Reconstitution of a Kv channel into lipid membranes for structural and functional studies.

作者信息

Lee Sungsoo, Zheng Hui, Shi Liang, Jiang Qiu-Xing

机构信息

Department of Cell Biology, University of Texas Southwestern Medical Center at Dallas, USA.

出版信息

J Vis Exp. 2013 Jul 13(77):e50436. doi: 10.3791/50436.

Abstract

To study the lipid-protein interaction in a reductionistic fashion, it is necessary to incorporate the membrane proteins into membranes of well-defined lipid composition. We are studying the lipid-dependent gating effects in a prototype voltage-gated potassium (Kv) channel, and have worked out detailed procedures to reconstitute the channels into different membrane systems. Our reconstitution procedures take consideration of both detergent-induced fusion of vesicles and the fusion of protein/detergent micelles with the lipid/detergent mixed micelles as well as the importance of reaching an equilibrium distribution of lipids among the protein/detergent/lipid and the detergent/lipid mixed micelles. Our data suggested that the insertion of the channels in the lipid vesicles is relatively random in orientations, and the reconstitution efficiency is so high that no detectable protein aggregates were seen in fractionation experiments. We have utilized the reconstituted channels to determine the conformational states of the channels in different lipids, record electrical activities of a small number of channels incorporated in planar lipid bilayers, screen for conformation-specific ligands from a phage-displayed peptide library, and support the growth of 2D crystals of the channels in membranes.
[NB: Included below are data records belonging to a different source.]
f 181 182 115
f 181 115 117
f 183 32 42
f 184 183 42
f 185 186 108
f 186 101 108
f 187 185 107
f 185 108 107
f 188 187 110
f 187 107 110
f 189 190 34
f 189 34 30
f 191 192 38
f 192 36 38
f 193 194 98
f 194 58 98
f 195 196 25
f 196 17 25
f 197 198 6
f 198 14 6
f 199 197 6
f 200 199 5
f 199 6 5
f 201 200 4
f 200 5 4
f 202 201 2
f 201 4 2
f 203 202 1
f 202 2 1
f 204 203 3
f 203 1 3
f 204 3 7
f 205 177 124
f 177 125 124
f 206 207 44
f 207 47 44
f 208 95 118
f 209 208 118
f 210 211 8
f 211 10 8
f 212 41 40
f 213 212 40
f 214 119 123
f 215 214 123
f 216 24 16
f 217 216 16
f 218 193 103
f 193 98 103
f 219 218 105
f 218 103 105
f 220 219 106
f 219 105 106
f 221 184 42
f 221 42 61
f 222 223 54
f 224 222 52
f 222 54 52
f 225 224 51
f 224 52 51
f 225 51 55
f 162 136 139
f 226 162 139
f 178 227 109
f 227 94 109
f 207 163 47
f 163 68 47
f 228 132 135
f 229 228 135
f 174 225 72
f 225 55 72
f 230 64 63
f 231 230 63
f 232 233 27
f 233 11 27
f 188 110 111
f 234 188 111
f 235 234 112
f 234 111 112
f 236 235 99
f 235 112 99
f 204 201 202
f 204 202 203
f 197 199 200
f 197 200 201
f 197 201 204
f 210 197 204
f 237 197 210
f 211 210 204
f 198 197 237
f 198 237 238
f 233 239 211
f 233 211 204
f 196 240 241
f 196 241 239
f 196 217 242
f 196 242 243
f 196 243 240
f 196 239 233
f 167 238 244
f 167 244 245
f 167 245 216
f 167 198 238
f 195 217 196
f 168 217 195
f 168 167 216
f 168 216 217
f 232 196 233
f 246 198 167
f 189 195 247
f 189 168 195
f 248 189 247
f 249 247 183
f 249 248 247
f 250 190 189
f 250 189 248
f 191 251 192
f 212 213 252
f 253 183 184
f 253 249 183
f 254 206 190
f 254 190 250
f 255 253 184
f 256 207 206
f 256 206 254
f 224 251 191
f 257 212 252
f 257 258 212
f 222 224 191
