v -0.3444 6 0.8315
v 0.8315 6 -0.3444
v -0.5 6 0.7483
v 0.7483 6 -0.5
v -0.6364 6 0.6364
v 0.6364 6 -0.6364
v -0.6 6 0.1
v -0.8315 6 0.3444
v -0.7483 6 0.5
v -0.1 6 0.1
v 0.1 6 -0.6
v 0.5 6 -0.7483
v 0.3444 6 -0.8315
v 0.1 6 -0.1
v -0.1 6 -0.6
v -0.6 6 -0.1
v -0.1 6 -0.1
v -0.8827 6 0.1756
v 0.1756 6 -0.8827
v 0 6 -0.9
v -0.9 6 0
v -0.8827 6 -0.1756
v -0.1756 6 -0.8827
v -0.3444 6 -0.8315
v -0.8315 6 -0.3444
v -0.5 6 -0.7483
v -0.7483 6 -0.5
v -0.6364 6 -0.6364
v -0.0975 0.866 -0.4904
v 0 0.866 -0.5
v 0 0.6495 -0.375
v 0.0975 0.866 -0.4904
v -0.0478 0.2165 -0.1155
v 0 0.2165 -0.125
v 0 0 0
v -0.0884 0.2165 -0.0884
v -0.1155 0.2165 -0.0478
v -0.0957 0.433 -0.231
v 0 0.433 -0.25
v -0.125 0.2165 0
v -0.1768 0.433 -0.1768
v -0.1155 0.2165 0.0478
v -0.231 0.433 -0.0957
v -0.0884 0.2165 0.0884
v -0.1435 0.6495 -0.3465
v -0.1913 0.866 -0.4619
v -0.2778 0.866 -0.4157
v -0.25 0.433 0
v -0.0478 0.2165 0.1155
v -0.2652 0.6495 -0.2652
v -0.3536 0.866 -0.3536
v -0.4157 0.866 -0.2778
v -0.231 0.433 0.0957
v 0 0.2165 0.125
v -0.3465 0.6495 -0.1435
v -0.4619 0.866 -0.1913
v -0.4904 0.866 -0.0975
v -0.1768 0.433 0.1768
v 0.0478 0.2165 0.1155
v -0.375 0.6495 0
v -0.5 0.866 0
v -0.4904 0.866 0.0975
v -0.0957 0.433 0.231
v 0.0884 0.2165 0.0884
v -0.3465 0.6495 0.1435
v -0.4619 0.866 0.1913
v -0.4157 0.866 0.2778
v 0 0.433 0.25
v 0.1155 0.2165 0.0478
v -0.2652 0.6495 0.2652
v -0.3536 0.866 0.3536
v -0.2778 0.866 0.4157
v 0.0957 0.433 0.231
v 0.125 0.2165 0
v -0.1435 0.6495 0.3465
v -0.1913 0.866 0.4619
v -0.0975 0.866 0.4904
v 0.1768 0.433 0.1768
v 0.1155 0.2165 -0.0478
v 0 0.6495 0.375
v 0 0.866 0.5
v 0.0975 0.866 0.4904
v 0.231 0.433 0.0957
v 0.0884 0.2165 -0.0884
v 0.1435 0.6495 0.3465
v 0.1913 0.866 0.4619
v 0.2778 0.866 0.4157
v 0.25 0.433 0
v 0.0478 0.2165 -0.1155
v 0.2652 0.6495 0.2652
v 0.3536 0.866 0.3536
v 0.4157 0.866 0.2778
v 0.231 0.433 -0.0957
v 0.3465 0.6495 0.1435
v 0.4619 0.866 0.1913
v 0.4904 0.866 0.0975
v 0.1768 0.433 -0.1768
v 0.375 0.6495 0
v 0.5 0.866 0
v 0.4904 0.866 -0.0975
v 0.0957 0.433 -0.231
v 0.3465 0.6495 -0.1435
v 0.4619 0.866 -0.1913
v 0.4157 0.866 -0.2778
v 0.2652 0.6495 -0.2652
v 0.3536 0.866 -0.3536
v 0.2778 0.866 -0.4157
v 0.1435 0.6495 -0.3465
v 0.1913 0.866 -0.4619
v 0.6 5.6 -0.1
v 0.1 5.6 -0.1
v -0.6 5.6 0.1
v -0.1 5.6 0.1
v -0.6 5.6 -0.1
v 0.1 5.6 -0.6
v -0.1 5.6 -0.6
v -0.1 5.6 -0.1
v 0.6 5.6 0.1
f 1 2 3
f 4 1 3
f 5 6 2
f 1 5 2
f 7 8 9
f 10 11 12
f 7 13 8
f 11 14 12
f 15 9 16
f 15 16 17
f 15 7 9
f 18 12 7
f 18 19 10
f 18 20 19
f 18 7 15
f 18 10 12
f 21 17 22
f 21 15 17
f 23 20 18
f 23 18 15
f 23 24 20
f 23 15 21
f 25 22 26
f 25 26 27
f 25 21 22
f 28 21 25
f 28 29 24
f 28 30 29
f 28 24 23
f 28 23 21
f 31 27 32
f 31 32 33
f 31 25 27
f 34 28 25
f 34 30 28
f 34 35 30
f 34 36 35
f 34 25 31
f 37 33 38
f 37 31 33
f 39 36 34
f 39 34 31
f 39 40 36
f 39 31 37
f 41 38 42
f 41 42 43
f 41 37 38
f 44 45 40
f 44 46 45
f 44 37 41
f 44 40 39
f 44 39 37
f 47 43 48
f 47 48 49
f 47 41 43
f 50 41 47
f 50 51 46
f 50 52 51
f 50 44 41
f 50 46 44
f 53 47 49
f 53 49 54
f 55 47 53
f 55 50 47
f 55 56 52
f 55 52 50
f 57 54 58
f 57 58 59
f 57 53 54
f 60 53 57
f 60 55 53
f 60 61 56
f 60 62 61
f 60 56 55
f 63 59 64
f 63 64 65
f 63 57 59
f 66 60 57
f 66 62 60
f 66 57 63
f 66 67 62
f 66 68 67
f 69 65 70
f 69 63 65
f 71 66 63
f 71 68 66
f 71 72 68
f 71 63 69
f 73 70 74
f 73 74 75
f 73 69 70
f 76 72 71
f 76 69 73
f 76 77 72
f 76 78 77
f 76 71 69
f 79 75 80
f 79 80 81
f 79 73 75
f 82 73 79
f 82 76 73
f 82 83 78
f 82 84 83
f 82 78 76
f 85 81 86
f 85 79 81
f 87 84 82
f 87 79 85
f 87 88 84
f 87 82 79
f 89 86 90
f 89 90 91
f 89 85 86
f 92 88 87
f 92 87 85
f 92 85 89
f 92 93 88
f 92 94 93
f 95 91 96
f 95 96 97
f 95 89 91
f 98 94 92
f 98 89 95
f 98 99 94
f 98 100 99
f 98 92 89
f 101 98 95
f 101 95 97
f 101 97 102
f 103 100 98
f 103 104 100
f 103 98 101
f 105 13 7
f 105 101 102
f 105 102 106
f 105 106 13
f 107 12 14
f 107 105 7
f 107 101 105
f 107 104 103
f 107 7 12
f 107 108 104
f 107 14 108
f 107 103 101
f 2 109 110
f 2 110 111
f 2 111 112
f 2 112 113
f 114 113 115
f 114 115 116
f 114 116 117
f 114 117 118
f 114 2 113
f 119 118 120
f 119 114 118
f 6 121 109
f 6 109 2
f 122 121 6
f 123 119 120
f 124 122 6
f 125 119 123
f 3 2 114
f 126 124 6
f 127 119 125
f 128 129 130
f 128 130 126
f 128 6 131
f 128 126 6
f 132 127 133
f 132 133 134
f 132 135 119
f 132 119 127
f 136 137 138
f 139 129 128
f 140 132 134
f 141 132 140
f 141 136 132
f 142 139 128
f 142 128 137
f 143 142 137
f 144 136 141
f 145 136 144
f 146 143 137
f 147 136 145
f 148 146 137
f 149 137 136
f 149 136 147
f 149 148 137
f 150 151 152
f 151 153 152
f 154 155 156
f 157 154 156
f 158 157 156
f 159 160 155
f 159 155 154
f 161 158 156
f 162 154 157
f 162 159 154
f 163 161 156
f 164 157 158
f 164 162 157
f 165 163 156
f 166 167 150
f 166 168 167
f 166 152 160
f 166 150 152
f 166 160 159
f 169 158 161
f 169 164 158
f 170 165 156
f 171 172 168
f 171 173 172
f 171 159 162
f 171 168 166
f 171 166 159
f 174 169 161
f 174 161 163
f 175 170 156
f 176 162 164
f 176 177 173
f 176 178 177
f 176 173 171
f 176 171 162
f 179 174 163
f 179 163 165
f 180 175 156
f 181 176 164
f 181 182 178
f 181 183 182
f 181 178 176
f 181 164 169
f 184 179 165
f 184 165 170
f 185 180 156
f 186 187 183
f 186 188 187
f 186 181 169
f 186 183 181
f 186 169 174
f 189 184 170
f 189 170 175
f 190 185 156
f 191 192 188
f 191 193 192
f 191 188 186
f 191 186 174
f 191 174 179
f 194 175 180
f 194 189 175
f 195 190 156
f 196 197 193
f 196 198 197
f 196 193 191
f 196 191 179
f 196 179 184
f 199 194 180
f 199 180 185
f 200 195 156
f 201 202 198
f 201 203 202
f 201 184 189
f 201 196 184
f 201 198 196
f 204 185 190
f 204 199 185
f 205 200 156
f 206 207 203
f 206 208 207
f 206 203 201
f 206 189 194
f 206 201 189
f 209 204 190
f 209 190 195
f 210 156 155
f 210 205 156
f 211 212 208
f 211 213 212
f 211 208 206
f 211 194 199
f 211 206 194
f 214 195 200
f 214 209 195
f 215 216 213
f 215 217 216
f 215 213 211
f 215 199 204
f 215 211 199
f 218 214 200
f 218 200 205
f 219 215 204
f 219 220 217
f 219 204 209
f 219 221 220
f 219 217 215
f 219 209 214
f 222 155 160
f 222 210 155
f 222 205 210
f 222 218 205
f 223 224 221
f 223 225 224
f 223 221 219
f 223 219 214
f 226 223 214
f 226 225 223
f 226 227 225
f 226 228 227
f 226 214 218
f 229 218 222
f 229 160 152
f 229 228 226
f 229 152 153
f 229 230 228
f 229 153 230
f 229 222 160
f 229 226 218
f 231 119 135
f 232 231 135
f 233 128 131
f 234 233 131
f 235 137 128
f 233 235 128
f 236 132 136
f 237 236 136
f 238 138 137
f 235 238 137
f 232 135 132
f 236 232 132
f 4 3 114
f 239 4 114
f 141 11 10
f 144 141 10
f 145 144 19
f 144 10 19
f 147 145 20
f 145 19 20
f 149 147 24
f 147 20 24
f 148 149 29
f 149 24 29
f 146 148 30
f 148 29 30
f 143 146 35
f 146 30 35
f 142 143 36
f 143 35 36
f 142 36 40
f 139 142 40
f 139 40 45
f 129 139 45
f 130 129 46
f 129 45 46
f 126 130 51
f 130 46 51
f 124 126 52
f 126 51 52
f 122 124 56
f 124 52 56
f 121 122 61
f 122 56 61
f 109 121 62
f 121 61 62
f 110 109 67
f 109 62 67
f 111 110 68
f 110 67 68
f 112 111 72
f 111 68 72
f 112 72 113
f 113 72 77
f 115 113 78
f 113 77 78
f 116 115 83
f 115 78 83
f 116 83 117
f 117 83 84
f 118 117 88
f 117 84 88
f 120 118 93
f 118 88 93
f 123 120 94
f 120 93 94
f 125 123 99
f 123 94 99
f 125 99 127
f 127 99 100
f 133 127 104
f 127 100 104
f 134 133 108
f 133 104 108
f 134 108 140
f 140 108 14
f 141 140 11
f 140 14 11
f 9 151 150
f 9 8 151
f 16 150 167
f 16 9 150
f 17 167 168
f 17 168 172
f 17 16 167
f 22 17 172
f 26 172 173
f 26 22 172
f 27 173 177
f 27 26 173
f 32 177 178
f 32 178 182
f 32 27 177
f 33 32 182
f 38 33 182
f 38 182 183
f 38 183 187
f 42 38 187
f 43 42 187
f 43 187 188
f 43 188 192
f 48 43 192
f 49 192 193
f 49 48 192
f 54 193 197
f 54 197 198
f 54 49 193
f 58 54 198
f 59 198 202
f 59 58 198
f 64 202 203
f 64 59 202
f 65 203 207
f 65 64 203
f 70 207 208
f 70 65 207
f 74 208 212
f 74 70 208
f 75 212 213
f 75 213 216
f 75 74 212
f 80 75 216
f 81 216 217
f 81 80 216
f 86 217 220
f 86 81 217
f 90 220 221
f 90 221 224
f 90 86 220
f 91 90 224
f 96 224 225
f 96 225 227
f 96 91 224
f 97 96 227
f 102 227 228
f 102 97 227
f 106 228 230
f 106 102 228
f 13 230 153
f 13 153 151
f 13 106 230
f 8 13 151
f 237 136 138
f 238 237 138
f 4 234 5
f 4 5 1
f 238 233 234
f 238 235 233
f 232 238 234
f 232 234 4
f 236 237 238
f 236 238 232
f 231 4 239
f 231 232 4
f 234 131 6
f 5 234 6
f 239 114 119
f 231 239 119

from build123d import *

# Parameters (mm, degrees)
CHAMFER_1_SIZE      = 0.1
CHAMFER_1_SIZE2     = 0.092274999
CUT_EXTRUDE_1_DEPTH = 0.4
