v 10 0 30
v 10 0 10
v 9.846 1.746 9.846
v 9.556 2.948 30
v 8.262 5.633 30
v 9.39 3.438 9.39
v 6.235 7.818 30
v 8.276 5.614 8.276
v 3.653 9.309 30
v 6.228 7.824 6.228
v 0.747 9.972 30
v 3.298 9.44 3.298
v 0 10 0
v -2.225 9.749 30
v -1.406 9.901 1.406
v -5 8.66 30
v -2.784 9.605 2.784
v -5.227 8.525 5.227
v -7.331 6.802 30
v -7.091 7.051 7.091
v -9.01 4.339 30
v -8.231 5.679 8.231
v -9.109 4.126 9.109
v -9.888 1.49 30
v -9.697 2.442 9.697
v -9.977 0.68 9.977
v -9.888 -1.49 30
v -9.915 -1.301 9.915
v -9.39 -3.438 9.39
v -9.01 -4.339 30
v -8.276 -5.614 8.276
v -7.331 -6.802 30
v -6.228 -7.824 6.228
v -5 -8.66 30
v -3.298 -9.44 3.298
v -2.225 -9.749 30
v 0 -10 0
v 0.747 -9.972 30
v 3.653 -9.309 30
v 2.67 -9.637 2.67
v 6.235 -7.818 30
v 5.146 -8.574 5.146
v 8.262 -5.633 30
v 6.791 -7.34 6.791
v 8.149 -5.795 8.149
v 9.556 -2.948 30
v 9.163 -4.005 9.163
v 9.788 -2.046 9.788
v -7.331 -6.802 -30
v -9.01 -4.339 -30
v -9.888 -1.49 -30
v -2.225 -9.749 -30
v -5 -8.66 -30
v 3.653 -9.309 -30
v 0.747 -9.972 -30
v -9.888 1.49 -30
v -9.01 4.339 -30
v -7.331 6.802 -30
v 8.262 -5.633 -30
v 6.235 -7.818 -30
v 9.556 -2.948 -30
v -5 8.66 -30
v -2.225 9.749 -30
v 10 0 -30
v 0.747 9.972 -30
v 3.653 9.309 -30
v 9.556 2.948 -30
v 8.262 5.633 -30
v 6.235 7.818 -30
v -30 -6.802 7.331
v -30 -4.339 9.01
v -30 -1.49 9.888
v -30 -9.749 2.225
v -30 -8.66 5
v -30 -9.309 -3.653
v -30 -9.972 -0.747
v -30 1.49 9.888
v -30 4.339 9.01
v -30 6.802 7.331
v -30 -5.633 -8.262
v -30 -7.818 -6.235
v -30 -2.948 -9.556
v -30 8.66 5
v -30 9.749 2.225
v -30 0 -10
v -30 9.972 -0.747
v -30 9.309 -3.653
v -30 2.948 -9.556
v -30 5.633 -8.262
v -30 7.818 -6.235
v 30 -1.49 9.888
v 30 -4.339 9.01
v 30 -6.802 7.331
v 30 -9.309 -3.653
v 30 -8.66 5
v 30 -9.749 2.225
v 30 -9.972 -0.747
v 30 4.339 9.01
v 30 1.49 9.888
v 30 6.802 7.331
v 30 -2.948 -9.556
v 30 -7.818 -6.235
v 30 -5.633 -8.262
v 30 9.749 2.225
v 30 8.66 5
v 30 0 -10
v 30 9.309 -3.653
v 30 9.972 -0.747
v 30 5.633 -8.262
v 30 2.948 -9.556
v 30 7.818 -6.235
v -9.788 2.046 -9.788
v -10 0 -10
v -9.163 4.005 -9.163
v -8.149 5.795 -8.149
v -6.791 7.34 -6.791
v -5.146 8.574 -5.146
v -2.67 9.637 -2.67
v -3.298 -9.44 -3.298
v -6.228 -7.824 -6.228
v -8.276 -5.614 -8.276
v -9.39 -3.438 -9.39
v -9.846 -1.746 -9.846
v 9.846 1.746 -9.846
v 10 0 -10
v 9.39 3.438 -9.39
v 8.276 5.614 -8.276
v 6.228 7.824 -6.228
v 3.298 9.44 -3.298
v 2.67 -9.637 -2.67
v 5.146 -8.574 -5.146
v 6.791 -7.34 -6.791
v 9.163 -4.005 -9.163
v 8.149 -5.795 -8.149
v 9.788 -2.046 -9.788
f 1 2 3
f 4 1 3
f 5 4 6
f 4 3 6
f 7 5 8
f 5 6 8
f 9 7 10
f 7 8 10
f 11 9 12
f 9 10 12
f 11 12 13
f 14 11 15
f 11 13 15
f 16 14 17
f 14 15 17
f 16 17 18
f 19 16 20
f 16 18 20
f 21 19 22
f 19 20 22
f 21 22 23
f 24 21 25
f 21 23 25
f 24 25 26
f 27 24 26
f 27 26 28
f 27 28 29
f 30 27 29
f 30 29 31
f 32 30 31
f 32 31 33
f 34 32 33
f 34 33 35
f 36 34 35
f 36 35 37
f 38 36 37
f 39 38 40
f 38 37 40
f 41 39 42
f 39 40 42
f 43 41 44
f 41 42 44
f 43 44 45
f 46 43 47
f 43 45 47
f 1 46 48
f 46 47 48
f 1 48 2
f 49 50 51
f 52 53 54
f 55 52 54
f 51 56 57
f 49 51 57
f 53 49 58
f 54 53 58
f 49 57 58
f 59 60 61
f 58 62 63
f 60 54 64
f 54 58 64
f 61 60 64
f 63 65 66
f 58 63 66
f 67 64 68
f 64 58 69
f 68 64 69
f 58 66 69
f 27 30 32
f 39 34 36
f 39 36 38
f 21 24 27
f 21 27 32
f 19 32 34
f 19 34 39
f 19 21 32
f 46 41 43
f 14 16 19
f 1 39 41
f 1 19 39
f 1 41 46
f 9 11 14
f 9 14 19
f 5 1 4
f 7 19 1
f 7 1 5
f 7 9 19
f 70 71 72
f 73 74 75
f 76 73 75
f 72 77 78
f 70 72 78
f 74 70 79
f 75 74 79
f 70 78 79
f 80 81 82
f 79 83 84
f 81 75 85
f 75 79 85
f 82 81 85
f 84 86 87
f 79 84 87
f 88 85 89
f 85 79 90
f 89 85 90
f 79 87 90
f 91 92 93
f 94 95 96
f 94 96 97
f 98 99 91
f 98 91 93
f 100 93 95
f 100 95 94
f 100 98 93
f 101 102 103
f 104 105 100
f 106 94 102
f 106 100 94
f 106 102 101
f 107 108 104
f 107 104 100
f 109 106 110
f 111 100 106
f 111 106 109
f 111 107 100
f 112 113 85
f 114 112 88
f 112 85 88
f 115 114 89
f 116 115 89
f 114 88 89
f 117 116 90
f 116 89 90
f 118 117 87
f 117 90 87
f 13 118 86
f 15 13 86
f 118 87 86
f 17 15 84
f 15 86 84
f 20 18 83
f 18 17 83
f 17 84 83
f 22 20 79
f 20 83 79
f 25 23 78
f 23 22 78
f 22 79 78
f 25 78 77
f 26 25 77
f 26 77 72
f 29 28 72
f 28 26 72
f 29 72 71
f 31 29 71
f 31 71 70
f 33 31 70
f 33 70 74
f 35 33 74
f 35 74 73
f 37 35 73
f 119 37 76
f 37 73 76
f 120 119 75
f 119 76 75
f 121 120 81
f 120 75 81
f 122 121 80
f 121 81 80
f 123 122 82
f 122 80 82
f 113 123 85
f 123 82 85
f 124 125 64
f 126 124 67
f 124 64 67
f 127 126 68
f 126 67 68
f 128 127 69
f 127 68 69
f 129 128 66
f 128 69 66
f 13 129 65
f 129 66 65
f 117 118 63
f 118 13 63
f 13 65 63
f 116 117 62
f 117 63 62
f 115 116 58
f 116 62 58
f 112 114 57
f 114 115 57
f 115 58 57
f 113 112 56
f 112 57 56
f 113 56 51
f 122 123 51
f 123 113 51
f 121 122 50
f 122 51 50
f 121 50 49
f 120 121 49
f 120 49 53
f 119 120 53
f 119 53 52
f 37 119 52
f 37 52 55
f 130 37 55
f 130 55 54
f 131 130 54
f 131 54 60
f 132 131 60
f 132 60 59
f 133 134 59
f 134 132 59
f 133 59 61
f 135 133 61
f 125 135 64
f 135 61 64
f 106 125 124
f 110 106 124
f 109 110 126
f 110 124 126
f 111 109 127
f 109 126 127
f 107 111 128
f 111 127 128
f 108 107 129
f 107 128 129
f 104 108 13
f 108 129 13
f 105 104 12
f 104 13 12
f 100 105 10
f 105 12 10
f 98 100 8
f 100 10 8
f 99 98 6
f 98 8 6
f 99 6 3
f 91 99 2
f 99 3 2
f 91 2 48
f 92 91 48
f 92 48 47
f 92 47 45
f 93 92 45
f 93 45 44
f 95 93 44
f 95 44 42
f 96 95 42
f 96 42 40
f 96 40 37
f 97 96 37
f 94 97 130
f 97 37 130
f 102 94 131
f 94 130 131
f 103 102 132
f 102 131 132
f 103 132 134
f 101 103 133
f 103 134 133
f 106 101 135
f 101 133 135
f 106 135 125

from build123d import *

# Parameters (mm, degrees)
BOSS_EXTRUDE1_DEPTH      = 30
BOSS_EXTRUDE1_DEPTH_BACK = 30
SKETCH1_R                = 10
BOSS_EXTRUDE2_DEPTH      = 30
BOSS_EXTRUDE2_DEPTH_BACK = 30
SKETCH2_R                = 10


with BuildPart() as part:
    # Sketch1 → Boss-Extrude1 (new, two sides: drawn at the far end of the back side and taken through both)
    with BuildSketch(Plane.XY.offset(-BOSS_EXTRUDE1_DEPTH_BACK)):
        Circle(SKETCH1_R)
    extrude(amount=BOSS_EXTRUDE1_DEPTH + BOSS_EXTRUDE1_DEPTH_BACK)

    # Sketch2 → Boss-Extrude2 (add, two sides: drawn at the far end of the back side and taken through both)
    with BuildSketch(Plane(origin=(0, 0, 0), x_dir=(0, 0, -1), z_dir=(1, 0, 0)).offset(-BOSS_EXTRUDE2_DEPTH_BACK)):
        Circle(SKETCH2_R)
    extrude(amount=BOSS_EXTRUDE2_DEPTH + BOSS_EXTRUDE2_DEPTH_BACK)


solid = part.part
The reconstitution procedures described here may be adapted for studying other membrane proteins in lipid bilayers, especially for the investigation of the lipid effects on the eukaryotic voltage-gated ion channels.

摘要

为了以简化的方式研究脂类-蛋白质相互作用,有必要将膜蛋白整合到脂质组成明确的膜中。我们正在研究一种典型的电压门控钾(Kv)通道中的脂质依赖性门控效应,并已制定出详细程序,将该通道重组到不同的膜系统中。我们的重组程序考虑了去污剂诱导的囊泡融合以及蛋白质/去污剂胶束与脂质/去污剂混合胶束的融合,以及脂质在蛋白质/去污剂/脂质和去污剂/脂质混合胶束之间达到平衡分布的重要性。我们的数据表明,通道在脂质囊泡中的插入方向相对随机,重组效率很高,以至于在分级实验中未观察到可检测到的蛋白质聚集体。我们利用重组通道来确定通道在不同脂质中的构象状态,记录整合到平面脂质双层中的少量通道的电活动,从噬菌体展示肽库中筛选构象特异性配体,并支持通道在膜中的二维晶体生长。本文所述的重组程序可适用于研究脂质双层中的其他膜蛋白,特别是用于研究脂质对真核电压门控离子通道的影响。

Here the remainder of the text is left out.